7. Saat itu karantina wilayah dan penjarakan sosial efektif
https://gettyimages.com/
Analisa pada beberapa kota AS di tahun 1918 memperlihatkan tingkat kematian yang lebih rendah pada tempat-tempat yang sejak dini melarang pertemuan umum, teater tertutup, sekolah dan gereja.
Tim ahli ekonomi Amerika yang menganalisa lockdown 1918 menemukan kota-kota yang menerapkan langkah lebih ketat mengalami perbaikan ekonomi yang lebih cepat setelah wabah.
Pada bulan september 1918, Philadelphia mengadakan pawai dan sebulan kemudian 10.000 orang meninggal dunia di Philadelphia, sedangkan St Louis yang melarang pawai hanya mencatatkan 700 kematian.

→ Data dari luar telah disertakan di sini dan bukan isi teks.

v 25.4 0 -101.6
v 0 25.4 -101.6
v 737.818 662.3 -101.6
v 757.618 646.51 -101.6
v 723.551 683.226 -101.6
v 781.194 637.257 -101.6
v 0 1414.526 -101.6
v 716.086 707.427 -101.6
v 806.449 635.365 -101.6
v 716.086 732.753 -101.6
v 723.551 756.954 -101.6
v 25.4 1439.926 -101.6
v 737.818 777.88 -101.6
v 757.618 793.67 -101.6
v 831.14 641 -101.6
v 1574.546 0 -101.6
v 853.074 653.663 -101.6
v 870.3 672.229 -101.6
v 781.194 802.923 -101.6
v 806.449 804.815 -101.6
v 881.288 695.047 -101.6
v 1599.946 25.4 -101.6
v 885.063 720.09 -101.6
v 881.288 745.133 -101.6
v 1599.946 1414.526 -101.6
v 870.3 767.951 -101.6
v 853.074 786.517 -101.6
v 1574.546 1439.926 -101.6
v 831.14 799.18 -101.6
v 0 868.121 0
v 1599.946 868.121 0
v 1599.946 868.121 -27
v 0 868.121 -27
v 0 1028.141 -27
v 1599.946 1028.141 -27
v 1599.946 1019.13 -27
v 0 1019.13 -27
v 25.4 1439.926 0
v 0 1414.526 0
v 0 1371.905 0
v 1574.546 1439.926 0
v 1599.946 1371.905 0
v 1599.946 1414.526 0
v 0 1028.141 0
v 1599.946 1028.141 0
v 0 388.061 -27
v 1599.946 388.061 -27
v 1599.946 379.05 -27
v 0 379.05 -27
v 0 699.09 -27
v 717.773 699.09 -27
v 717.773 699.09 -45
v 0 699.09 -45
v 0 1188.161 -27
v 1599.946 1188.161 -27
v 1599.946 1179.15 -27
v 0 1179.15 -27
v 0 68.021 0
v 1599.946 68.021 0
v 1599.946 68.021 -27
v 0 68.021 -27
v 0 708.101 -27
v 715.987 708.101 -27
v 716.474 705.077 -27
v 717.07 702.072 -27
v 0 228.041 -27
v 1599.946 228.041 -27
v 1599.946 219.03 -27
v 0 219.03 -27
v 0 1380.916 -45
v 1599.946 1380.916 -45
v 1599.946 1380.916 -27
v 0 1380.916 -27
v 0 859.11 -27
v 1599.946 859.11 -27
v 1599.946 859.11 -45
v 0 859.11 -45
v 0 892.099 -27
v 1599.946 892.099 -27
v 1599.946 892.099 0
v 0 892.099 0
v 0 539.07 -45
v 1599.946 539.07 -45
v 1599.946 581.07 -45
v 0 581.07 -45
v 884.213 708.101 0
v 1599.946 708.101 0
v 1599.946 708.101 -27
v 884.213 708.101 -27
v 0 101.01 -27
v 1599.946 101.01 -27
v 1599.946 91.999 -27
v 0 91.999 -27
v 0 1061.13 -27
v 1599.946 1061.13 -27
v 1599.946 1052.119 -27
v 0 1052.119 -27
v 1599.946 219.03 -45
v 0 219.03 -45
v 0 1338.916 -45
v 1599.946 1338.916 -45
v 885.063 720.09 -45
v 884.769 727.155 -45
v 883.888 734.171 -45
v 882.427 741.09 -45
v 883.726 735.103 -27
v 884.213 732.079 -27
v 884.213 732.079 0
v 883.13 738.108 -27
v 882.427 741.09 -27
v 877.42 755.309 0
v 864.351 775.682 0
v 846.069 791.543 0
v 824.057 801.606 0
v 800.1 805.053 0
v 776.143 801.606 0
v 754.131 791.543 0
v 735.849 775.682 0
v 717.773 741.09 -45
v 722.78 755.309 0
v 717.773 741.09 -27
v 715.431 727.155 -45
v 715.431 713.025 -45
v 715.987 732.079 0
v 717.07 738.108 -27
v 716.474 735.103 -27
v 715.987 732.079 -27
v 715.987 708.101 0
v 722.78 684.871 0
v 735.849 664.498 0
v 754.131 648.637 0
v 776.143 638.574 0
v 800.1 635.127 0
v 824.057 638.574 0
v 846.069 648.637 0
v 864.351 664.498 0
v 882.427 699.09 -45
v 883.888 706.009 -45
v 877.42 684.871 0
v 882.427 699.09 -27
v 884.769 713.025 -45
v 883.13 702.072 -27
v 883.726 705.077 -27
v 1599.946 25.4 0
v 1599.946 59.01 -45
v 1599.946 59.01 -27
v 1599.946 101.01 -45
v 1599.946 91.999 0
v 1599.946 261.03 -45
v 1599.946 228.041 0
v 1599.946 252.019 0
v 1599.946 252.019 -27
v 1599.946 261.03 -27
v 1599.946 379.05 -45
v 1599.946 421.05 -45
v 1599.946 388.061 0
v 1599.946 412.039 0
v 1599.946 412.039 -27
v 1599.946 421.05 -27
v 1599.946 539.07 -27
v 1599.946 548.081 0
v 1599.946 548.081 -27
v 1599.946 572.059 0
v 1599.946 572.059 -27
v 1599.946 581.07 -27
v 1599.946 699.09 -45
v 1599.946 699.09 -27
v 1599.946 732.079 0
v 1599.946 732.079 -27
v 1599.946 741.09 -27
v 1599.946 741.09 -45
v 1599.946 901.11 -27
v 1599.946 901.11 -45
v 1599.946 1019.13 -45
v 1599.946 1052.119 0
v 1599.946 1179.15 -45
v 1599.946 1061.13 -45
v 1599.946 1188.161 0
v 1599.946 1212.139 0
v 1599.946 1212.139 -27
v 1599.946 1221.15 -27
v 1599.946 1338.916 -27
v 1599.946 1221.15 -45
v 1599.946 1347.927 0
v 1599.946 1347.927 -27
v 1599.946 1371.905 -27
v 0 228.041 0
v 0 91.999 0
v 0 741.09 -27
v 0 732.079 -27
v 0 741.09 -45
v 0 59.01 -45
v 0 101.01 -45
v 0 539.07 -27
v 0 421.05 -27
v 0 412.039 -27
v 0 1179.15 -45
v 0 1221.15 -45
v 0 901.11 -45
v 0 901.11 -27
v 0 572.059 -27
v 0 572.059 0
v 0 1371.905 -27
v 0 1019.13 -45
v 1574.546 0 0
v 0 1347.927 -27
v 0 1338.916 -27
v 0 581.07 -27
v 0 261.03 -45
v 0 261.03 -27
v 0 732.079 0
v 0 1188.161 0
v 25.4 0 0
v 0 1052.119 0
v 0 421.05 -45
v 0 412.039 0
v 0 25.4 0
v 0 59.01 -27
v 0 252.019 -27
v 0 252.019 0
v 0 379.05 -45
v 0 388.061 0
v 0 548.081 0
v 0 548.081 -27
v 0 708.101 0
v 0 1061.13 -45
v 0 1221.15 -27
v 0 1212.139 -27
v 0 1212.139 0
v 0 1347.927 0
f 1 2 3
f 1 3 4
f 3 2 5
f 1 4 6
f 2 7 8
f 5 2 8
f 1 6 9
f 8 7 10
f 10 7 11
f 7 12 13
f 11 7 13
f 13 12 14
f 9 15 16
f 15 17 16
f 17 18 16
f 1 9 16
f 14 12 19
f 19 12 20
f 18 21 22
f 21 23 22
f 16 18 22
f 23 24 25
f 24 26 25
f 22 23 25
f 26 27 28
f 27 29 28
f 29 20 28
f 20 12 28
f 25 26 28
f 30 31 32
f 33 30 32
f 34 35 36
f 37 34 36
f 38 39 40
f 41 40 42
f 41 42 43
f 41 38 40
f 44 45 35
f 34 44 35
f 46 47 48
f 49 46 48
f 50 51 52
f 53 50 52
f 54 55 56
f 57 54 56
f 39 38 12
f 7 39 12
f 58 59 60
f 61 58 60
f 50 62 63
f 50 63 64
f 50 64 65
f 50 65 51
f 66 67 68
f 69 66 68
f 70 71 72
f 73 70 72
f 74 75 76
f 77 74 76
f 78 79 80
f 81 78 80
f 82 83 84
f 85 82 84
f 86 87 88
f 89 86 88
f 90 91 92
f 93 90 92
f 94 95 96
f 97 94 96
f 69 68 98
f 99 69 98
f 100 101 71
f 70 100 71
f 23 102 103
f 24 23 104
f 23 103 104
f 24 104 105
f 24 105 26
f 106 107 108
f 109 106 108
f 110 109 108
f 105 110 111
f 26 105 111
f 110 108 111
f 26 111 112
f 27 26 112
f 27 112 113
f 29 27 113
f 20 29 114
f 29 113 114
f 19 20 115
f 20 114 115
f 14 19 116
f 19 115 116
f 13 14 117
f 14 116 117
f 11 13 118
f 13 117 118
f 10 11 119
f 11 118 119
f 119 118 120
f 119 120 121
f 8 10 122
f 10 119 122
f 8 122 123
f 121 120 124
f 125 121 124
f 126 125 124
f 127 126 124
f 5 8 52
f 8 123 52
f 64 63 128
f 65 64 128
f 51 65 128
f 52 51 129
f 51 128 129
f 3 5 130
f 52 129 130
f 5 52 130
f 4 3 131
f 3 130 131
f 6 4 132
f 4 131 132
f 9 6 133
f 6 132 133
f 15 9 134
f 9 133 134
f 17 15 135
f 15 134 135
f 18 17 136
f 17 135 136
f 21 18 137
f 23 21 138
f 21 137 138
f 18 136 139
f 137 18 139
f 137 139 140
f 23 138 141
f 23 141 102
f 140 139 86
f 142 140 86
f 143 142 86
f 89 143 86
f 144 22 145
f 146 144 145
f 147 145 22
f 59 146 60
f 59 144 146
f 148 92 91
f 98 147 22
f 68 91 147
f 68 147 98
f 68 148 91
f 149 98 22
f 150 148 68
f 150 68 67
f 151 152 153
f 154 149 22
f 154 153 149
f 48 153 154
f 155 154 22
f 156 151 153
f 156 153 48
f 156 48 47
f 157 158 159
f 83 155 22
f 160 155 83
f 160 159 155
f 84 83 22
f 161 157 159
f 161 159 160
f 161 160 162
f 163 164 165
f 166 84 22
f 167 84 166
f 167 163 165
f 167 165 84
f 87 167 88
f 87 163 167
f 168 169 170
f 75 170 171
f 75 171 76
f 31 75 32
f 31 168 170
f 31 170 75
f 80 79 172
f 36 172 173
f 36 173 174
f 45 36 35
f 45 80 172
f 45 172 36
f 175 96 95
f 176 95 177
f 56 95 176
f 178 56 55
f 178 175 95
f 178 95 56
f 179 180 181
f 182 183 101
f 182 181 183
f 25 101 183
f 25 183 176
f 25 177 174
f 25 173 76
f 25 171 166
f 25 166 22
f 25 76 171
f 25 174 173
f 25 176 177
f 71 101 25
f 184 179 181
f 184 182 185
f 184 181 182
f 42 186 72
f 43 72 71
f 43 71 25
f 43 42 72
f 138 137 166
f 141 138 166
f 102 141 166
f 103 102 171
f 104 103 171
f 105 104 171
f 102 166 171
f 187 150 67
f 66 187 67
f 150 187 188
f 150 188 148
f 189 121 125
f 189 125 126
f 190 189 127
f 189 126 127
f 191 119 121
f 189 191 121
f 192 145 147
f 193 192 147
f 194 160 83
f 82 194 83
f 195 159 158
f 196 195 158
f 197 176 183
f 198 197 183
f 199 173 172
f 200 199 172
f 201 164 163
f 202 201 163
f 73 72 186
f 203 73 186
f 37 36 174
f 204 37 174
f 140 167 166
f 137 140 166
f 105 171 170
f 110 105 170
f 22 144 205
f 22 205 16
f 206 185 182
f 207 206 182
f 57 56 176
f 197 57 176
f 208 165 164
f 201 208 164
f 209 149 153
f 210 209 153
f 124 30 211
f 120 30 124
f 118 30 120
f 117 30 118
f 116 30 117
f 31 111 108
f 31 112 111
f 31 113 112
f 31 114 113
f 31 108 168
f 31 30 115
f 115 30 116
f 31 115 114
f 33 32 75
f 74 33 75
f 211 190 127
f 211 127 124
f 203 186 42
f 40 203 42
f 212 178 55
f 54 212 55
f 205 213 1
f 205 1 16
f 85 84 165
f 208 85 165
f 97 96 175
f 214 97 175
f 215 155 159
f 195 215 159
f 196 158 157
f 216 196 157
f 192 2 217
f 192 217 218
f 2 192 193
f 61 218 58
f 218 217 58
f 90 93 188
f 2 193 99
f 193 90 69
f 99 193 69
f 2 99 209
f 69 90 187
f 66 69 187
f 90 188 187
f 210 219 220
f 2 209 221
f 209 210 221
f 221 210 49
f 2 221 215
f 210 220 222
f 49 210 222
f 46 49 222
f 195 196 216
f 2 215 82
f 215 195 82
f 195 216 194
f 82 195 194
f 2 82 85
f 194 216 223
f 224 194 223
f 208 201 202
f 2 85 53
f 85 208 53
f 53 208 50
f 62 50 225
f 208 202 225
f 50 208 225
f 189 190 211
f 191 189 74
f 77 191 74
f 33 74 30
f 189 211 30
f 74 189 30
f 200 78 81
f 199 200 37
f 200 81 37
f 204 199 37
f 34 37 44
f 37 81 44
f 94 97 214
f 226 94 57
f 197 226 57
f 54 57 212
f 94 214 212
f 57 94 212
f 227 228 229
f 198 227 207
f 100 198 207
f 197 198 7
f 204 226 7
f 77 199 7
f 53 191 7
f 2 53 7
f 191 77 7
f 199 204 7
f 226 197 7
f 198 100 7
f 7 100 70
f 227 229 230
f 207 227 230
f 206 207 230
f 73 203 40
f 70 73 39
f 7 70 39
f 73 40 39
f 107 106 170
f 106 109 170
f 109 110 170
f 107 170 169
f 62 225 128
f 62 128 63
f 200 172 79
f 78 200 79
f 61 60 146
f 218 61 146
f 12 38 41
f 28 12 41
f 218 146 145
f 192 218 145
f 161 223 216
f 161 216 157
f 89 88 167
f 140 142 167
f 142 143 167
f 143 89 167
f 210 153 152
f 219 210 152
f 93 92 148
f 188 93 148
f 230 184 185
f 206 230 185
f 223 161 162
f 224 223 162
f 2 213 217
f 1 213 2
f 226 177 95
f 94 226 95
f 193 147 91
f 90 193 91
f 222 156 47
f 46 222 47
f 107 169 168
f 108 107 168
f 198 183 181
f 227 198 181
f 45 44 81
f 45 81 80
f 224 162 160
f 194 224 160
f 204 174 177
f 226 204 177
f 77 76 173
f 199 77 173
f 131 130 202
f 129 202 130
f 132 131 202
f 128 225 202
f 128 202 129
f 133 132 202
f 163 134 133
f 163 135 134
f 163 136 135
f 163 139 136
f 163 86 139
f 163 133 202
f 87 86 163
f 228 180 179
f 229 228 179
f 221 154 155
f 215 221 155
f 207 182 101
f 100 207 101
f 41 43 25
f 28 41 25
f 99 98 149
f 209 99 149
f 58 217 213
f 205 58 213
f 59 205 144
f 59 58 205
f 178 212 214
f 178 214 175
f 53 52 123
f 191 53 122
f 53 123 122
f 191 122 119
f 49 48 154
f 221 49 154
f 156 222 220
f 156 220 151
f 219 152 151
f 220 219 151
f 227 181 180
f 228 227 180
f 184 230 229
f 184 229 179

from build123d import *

# Parameters (mm, degrees)
F0_W     = 1599.946
F0_H     = 1439.926
F1_DEPTH = 101.6
F3_DEPTH = 1599.947
F4_SIZE  = 25.4
F5_R     = 84.963
F6_DEPTH = 101.601


with BuildPart() as f1:
    # F0 (on Top) → F1 (new body)
    with BuildSketch(Plane.XY):
        with Locations((799.973, 719.963)):
            Rectangle(F0_W, F0_H)
    extrude(amount=-F1_DEPTH)

    # F2 (on face) → F3 (cut, through all)
    with BuildSketch(Plane.YZ.offset(1599.946)):
        Polygon((91.9988, 0), (68.0212, 0), (68.0212, -26.9914), (68.0212, -27), (59.01, -27), (59.01, -45), (101.01, -45), (101.01, -27), (91.9988, -27), (91.9988, -26.9914), align=None)
        Polygon((1371.9048, -26.9914), (1371.9048, 0), (1347.9272, 0), (1347.9272, -26.9914), (1347.9272, -27), (1338.916, -27), (1338.916, -45), (1380.916, -45), (1380.916, -27), (1371.9048, -27), align=None)
        Polygon((261.03, -27), (252.0188, -27), (252.0188, -26.9914), (252.0188, 0), (228.0412, 0), (228.0412, -26.9914), (228.0412, -27), (219.03, -27), (219.03, -45), (261.03, -45), align=None)
        Polygon((421.05, -27), (412.0388, -27), (412.0388, -26.9914), (412.0388, 0), (388.0612, 0), (388.0612, -26.9914), (388.0612, -27), (379.05, -27), (379.05, -45), (421.05, -45), align=None)
        Polygon((581.07, -27), (572.0588, -27), (572.0588, -26.9914), (572.0588, 0), (548.0812, 0), (548.0812, -26.9914), (548.0812, -27), (539.07, -27), (539.07, -45), (581.07, -45), align=None)
        Polygon((741.09, -27), (732.0788, -27), (732.0788, -26.9914), (732.0788, 0), (708.1012, 0), (708.1012, -26.9914), (708.1012, -27), (699.09, -27), (699.09, -45), (741.09, -45), align=None)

Pandemi ini menewaskan 700.000 orang Amerika, yang menurut ekonom Universitas Harvard Robert Barro disebabkan karena lockdown dibuka terlalu cepat. Pada waktu itu lockdown dilaksanakan selama 4 minggu lalu dibuka karena tekanan publik. Robert barro percaya hasilnya akan lebih baik jika Lockdown diberlakukan selama 12 minggu.
8. Pandemi yang dilupakan ingatan manusia
https://gettyimages.com/
Dari flu Spanyol ini harusnya kita bisa belajar banyak hal. Sayangnya, wabah ini tidak mendapatkan perhatian masyarakat sebesar perhatian pada Perang Dunia I. Ini karena sejumlah pemerintahan memang menyensor media yang melaporkan pengaruh pandemi saat perang.
Karena tidak banyak diliput, krisis ini juga nyaris hilang di buku-buku sejarah dan budaya populer. Sementara buku-buku sejarah pertama yang membahas wabah itu baru muncul sekitar tahun 1968.
Kini virus corona sudah pasti membuat sejumlah orang mengingat kembali flu Spanyol, Dengan berbagai kemajuan dibidang kedokteran dan pengobatan, kita seharusnya bisa mengatasi pandemi saat ini dengan segenap keyakinan bahwa dunia akan baik-baik saja jika saling peduli, dan jika kita saling menjaga.